Governor of Mongalla Province
- In office January 1906 – January 1908
- Succeeded by: Cecil Stephen Northcote

Governor of Kassala Province
- In office January 1908 – July 1909

Governor of Sennar Province
- In office January 1913 – 5 September 1921

Personal details
- Born: 25 October 1871 Nairn
- Died: 7 January 1961 aged 89 Nairn

Military service
- Unit: Queen's Own Cameron Highlanders; Egyptian Army

= Angus Cameron (colonial administrator) =

British colonial administrator (1871–1961)

Angus Cameron (1871–1961) was a British military officer and colonial administrator, the first governor of Mongalla Province in the south of the Anglo-Egyptian Sudan between 1906 and 1908 and later governor of Kassala and Sennar provinces.

==Early life==

Cameron was born in Nairn on 25 October 1871.
His father was James Angus Cameron, MD, BSc, DL.
He attended school at Darlington, then in February 1891 went to the Royal Military College, Sandhurst, for a year. He gained a commission in the Queen's Own Cameron Highlanders on 18 May 1892, and was promoted Lieutenant in 1893 and Captain in 1896.
In July 1899 Cameron was seconded to the Egyptian army, and as an officer of the IXth Sudanese he fought at the Battle of Gedid. In late November 1899 he was attached to the 9th Sudanese Battalion during the operations leading to the defeat of the Khalifa (mentioned in despatches 25 November 1899).
He was appointed Senior Inspector of Sennar.
Cameron remained in the Egyptian army service and that of the Sudan Government until he retired in 1921.

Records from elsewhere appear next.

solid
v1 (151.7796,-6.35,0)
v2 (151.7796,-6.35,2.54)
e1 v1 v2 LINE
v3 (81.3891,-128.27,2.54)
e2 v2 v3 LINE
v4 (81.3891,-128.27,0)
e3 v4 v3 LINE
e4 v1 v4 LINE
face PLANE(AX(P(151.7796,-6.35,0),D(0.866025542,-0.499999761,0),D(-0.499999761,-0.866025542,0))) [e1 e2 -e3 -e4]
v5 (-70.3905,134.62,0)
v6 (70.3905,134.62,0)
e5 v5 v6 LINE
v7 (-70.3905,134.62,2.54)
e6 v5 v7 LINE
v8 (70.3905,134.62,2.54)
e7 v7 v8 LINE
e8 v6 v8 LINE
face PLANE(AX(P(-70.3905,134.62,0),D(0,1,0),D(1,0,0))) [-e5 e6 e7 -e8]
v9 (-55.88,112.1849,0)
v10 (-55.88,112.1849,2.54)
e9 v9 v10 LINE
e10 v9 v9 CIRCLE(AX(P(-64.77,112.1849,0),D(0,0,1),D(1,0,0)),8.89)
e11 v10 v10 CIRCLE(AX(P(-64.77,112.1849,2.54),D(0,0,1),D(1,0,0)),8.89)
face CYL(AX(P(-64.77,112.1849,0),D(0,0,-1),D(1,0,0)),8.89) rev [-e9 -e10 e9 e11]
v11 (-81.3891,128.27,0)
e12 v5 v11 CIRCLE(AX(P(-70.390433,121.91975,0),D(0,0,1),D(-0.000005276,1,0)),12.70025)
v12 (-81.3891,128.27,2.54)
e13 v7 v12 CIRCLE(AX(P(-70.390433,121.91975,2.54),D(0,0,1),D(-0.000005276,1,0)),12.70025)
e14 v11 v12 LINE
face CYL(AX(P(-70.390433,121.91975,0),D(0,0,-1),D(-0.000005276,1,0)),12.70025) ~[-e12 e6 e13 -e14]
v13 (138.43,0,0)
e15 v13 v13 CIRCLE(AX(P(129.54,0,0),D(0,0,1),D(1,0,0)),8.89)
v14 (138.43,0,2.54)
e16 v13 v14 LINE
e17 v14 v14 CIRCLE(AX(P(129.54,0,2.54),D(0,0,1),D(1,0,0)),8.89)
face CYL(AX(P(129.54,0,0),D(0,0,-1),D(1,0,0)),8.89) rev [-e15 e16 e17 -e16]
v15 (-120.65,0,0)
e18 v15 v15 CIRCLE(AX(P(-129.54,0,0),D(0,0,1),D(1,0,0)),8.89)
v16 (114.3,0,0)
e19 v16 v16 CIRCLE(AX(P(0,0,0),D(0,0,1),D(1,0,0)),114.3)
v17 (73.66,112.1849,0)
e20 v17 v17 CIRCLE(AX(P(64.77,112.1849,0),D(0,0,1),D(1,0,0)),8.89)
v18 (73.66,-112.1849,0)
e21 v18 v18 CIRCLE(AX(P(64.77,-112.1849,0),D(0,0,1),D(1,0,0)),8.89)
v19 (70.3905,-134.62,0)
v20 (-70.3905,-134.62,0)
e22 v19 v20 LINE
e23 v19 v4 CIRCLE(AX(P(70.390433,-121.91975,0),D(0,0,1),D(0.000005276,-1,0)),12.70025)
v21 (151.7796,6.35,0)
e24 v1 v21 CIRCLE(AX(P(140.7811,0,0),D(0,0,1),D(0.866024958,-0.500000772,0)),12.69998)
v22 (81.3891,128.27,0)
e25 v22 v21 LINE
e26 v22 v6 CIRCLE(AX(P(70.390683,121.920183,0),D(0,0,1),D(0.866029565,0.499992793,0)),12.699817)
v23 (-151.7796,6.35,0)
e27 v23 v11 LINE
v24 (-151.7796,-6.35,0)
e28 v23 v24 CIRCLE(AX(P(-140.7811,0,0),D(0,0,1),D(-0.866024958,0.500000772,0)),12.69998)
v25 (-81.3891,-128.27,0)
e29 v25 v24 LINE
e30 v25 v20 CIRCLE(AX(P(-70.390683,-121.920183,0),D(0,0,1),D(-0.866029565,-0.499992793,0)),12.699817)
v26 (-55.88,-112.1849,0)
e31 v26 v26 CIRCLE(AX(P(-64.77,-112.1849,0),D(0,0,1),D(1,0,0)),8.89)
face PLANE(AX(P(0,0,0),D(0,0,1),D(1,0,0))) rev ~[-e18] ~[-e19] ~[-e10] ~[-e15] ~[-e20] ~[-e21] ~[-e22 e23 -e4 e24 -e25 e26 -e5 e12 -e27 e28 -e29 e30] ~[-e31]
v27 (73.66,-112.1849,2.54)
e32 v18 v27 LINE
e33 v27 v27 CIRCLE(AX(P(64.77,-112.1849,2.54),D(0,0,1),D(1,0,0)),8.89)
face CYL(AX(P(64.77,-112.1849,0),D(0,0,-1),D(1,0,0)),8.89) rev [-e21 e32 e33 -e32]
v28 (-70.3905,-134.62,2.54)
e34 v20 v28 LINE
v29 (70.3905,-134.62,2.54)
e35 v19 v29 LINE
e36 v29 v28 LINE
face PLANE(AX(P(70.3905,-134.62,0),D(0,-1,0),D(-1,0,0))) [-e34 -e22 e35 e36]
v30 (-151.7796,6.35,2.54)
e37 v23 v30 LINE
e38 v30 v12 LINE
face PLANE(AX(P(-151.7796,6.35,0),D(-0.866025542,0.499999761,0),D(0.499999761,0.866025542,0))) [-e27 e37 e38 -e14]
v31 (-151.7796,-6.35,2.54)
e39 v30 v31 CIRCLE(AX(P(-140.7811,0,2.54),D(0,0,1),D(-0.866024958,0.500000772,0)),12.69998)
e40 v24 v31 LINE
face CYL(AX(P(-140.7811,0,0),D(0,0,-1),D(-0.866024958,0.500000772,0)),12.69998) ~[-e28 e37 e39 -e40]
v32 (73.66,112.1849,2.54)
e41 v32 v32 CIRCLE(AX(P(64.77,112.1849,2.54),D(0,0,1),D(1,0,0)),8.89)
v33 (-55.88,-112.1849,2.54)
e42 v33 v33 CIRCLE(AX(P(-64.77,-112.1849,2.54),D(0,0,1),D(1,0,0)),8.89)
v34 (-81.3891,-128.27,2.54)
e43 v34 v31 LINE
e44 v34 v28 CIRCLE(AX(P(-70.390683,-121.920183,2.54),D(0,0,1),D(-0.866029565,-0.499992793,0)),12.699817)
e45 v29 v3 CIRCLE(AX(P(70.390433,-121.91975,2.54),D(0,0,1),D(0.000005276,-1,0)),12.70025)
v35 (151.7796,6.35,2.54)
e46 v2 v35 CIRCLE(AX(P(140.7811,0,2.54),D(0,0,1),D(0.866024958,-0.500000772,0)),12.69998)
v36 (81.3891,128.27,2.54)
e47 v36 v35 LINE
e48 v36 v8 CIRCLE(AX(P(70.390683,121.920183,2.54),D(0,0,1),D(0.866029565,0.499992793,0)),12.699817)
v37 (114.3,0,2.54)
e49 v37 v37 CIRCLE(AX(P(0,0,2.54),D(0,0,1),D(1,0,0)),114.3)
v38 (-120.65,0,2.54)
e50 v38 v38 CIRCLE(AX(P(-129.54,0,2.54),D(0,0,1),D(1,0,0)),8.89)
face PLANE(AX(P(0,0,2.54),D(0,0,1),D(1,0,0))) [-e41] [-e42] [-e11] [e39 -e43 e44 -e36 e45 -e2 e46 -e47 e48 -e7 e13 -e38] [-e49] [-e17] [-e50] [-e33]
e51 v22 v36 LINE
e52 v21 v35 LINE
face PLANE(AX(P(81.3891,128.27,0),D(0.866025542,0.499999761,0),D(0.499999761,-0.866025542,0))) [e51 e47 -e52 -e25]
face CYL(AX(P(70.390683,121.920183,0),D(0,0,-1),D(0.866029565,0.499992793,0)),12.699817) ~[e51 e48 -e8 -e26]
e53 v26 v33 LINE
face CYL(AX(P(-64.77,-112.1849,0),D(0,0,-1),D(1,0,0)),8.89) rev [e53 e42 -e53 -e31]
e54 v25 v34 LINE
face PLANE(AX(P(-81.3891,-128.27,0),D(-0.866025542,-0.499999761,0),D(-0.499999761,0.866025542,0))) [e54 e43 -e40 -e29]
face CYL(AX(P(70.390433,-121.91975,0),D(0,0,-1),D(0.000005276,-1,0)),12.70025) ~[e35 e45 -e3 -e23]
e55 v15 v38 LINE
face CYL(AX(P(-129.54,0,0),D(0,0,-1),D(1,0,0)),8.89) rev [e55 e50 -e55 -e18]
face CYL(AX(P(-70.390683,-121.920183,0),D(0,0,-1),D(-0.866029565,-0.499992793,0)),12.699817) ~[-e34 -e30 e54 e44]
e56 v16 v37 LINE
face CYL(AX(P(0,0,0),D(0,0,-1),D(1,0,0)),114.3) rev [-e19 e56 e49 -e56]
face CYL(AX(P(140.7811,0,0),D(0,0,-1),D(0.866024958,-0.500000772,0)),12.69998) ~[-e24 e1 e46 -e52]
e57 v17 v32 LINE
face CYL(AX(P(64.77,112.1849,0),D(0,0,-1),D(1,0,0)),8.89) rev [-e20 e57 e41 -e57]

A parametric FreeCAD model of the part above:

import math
import FreeCAD as App
import Part
import Sketcher

V = App.Vector
Q = App.Units.Quantity

doc = App.newDocument("Part")
body = doc.addObject("PartDesign::Body", "Body")

# Sketch on XY plane
sketch1 = body.newObject("Sketcher::SketchObject", "Sketch")
sketch1.AttachmentSupport = (doc.getObject("XY_Plane"), [""])
sketch1.MapMode = "FlatFace"
sketch1.addGeometry(Part.LineSegment(V(81, -128, 0), V(152, -6, 0)), False)
sketch1.addGeometry(Part.ArcOfCircle(Part.Circle(V(141, 0, 0), V(0, 0, 1), 13), math.radians(-30), math.radians(30)), False)
sketch1.addGeometry(Part.LineSegment(V(152, 6, 0), V(81, 128, 0)), False)
sketch1.addGeometry(Part.ArcOfCircle(Part.Circle(V(70, 122, 0), V(0, 0, 1), 13), math.radians(30), math.radians(90)), False)
sketch1.addGeometry(Part.LineSegment(V(70, 135, 0), V(-70, 135, 0)), False)
sketch1.addGeometry(Part.ArcOfCircle(Part.Circle(V(-70, 122, 0), V(0, 0, 1), 13), math.radians(90), math.radians(150)), False)
sketch1.addGeometry(Part.LineSegment(V(-81, 128, 0), V(-152, 6, 0)), False)
sketch1.addGeometry(Part.ArcOfCircle(Part.Circle(V(-141, 0, 0), V(0, 0, 1), 13), math.radians(150), math.radians(210)), False)
sketch1.addGeometry(Part.LineSegment(V(-152, -6, 0), V(-81, -128, 0)), False)
sketch1.addGeometry(Part.ArcOfCircle(Part.Circle(V(-70, -122, 0), V(0, 0, 1), 13), math.radians(-150), math.radians(-90)), False)
sketch1.addGeometry(Part.LineSegment(V(-70, -135, 0), V(70, -135, 0)), False)
sketch1.addGeometry(Part.ArcOfCircle(Part.Circle(V(70, -122, 0), V(0, 0, 1), 13), math.radians(-90), math.radians(-30)), False)
sketch1.addGeometry(Part.Circle(V(-65, -112, 0), V(0, 0, 1), 9), False)
sketch1.addGeometry(Part.Circle(V(65, -112, 0), V(0, 0, 1), 9), False)
sketch1.addGeometry(Part.Circle(V(-130, 0, 0), V(0, 0, 1), 9), False)
sketch1.addGeometry(Part.Circle(V(0, 0, 0), V(0, 0, 1), 114), False)
sketch1.addGeometry(Part.Circle(V(-65, 112, 0), V(0, 0, 1), 9), False)
sketch1.addGeometry(Part.Circle(V(130, 0, 0), V(0, 0, 1), 9), False)
sketch1.addGeometry(Part.Circle(V(65, 112, 0), V(0, 0, 1), 9), False)
sketch1.addConstraint(Sketcher.Constraint("Tangent", 0, 2, 1, 1))
sketch1.addConstraint(Sketcher.Constraint("Tangent", 1, 2, 2, 1))
sketch1.addConstraint(Sketcher.Constraint("Tangent", 2, 2, 3, 1))
sketch1.addConstraint(Sketcher.Constraint("Tangent", 3, 2, 4, 1))
sketch1.addConstraint(Sketcher.Constraint("Tangent", 4, 2, 5, 1))
sketch1.addConstraint(Sketcher.Constraint("Tangent", 5, 2, 6, 1))
sketch1.addConstraint(Sketcher.Constraint("Tangent", 6, 2, 7, 1))
sketch1.addConstraint(Sketcher.Constraint("Tangent", 7, 2, 8, 1))
sketch1.addConstraint(Sketcher.Constraint("Tangent", 8, 2, 9, 1))
sketch1.addConstraint(Sketcher.Constraint("Tangent", 9, 2, 10, 1))
sketch1.addConstraint(Sketcher.Constraint("Tangent", 10, 2, 11, 1))
sketch1.addConstraint(Sketcher.Constraint("Tangent", 11, 2, 0, 1))
sketch1.addConstraint(Sketcher.Constraint("Horizontal", 4))
sketch1.addConstraint(Sketcher.Constraint("Horizontal", 10))
sketch1.addConstraint(Sketcher.Constraint("Coincident", 15, 3, -1, 1))
sketch1.addConstraint(Sketcher.Constraint("Equal", 1, 3))
sketch1.addConstraint(Sketcher.Constraint("Equal", 3, 5))
sketch1.addConstraint(Sketcher.Constraint("Equal", 5, 7))
sketch1.addConstraint(Sketcher.Constraint("Equal", 7, 9))
sketch1.addConstraint(Sketcher.Constraint("Equal", 9, 11))
sketch1.addConstraint(Sketcher.Constraint("Equal", 12, 13))
sketch1.addConstraint(Sketcher.Constraint("Equal", 13, 14))
sketch1.addConstraint(Sketcher.Constraint("Equal", 14, 16))
sketch1.addConstraint(Sketcher.Constraint("Equal", 16, 17))
sketch1.addConstraint(Sketcher.Constraint("Equal", 17, 18))
sketch1.addConstraint(Sketcher.Constraint("Symmetric", 1, 3, 7, 3, -1, 1))
sketch1.addConstraint(Sketcher.Constraint("Symmetric", 3, 3, 9, 3, -1, 1))
sketch1.addConstraint(Sketcher.Constraint("Symmetric", 13, 3, 16, 3, -1, 1))
sketch1.addConstraint(Sketcher.Constraint("Symmetric", 14, 3, 17, 3, -1, 1))
sketch1.addConstraint(Sketcher.Constraint("Symmetric", 12, 3, 18, 3, -1, 1))
sketch1.addConstraint(Sketcher.Constraint("Symmetric", 12, 3, 13, 3, -2))
sketch1.addConstraint(Sketcher.Constraint("Symmetric", 2, 2, 5, 2, -2))
sketch1.addConstraint(Sketcher.Constraint("PointOnObject", 14, 3, -1))
sketch1.addConstraint(Sketcher.Constraint("Parallel", 0, 6))
sketch1.addConstraint(Sketcher.Constraint("Diameter", 15, Q("9 in")))
sketch1.addConstraint(Sketcher.Constraint("Diameter", 12, Q("0.7 in")))
sketch1.addConstraint(Sketcher.Constraint("Radius", 1, Q("0.5 in")))
sketch1.addConstraint(Sketcher.Constraint("DistanceY", 0, 2, 1, 2, Q("0.5 in")))
sketch1.addConstraint(Sketcher.Constraint("DistanceY", -1, 1, 3, 3, Q("4.8 in")))
sketch1.addConstraint(Sketcher.Constraint("DistanceX", 14, 3, -1, 1, Q("5.1 in")))
sketch1.addConstraint(Sketcher.Constraint("DistanceX", 12, 3, 13, 3, Q("5.1 in")))
sketch1.addConstraint(Sketcher.Constraint("DistanceX", 4, 2, 4, 1, 140.781))
sketch1.addConstraint(Sketcher.Constraint("DistanceY", 12, 3, -1, 1, 112.185))
pad1 = body.newObject("PartDesign::Pad", "Pad")
pad1.Profile = sketch1
pad1.Length = Q("0.1 in")

doc.recompute()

==Senior officer in Sudan==

In January 1906 Cameron was appointed the first governor of Mongalla Province.
Six members of the Gordon Memorial Sudan Mission arrived at Mongalla on the upper Nile in January 1906.
Angus Cameron did his best to discourage them from settling in the province.
He wanted to avoid friction with the Muslims who had undertaken most of the work of building and servicing the new provincial capital. Cameron suggested that the missionaries move to the Bor region instead.

In January 1908 Cameron became Governor of Kassala Province. He was appointed a Major in March 1909, and in July 1909 was seconded for service with the Sudan Government. In January 1913 he was appointed Governor of Sennar Province.
He was described as "a rather peppery little Major".

Cameron served with the Egyptian Expeditionary Force in the Western Desert during World War I, and was promoted to Lieutenant-Colonel in June 1919.
In December 1919, as governor of Sennar province, he granted a petition from six Ta'isha shaykhs to return to Darfur, from where they had moved during the reign of the Kalifa.
Between December 1919 and April 1920 he was involved in operations to subdue the Garjak Nuer tribe in the Upper Nile. They had raided their neighbours, the Burun in December 1919.

==Later life==

Cameron received the Order of the Medijidie, 3rd class, on 10 December 1907 and the Order of the Nile, second class, on 28 March 1919. He retired on 5 September 1921 and returned to Nairn.
On 12 September 1923 he married Florence Muriel Allanby, who was born about 1883.
When his father died in November 1924, Angus Cameron inherited the family house of Firhall
He died on 7 January 1961 at the age of 89.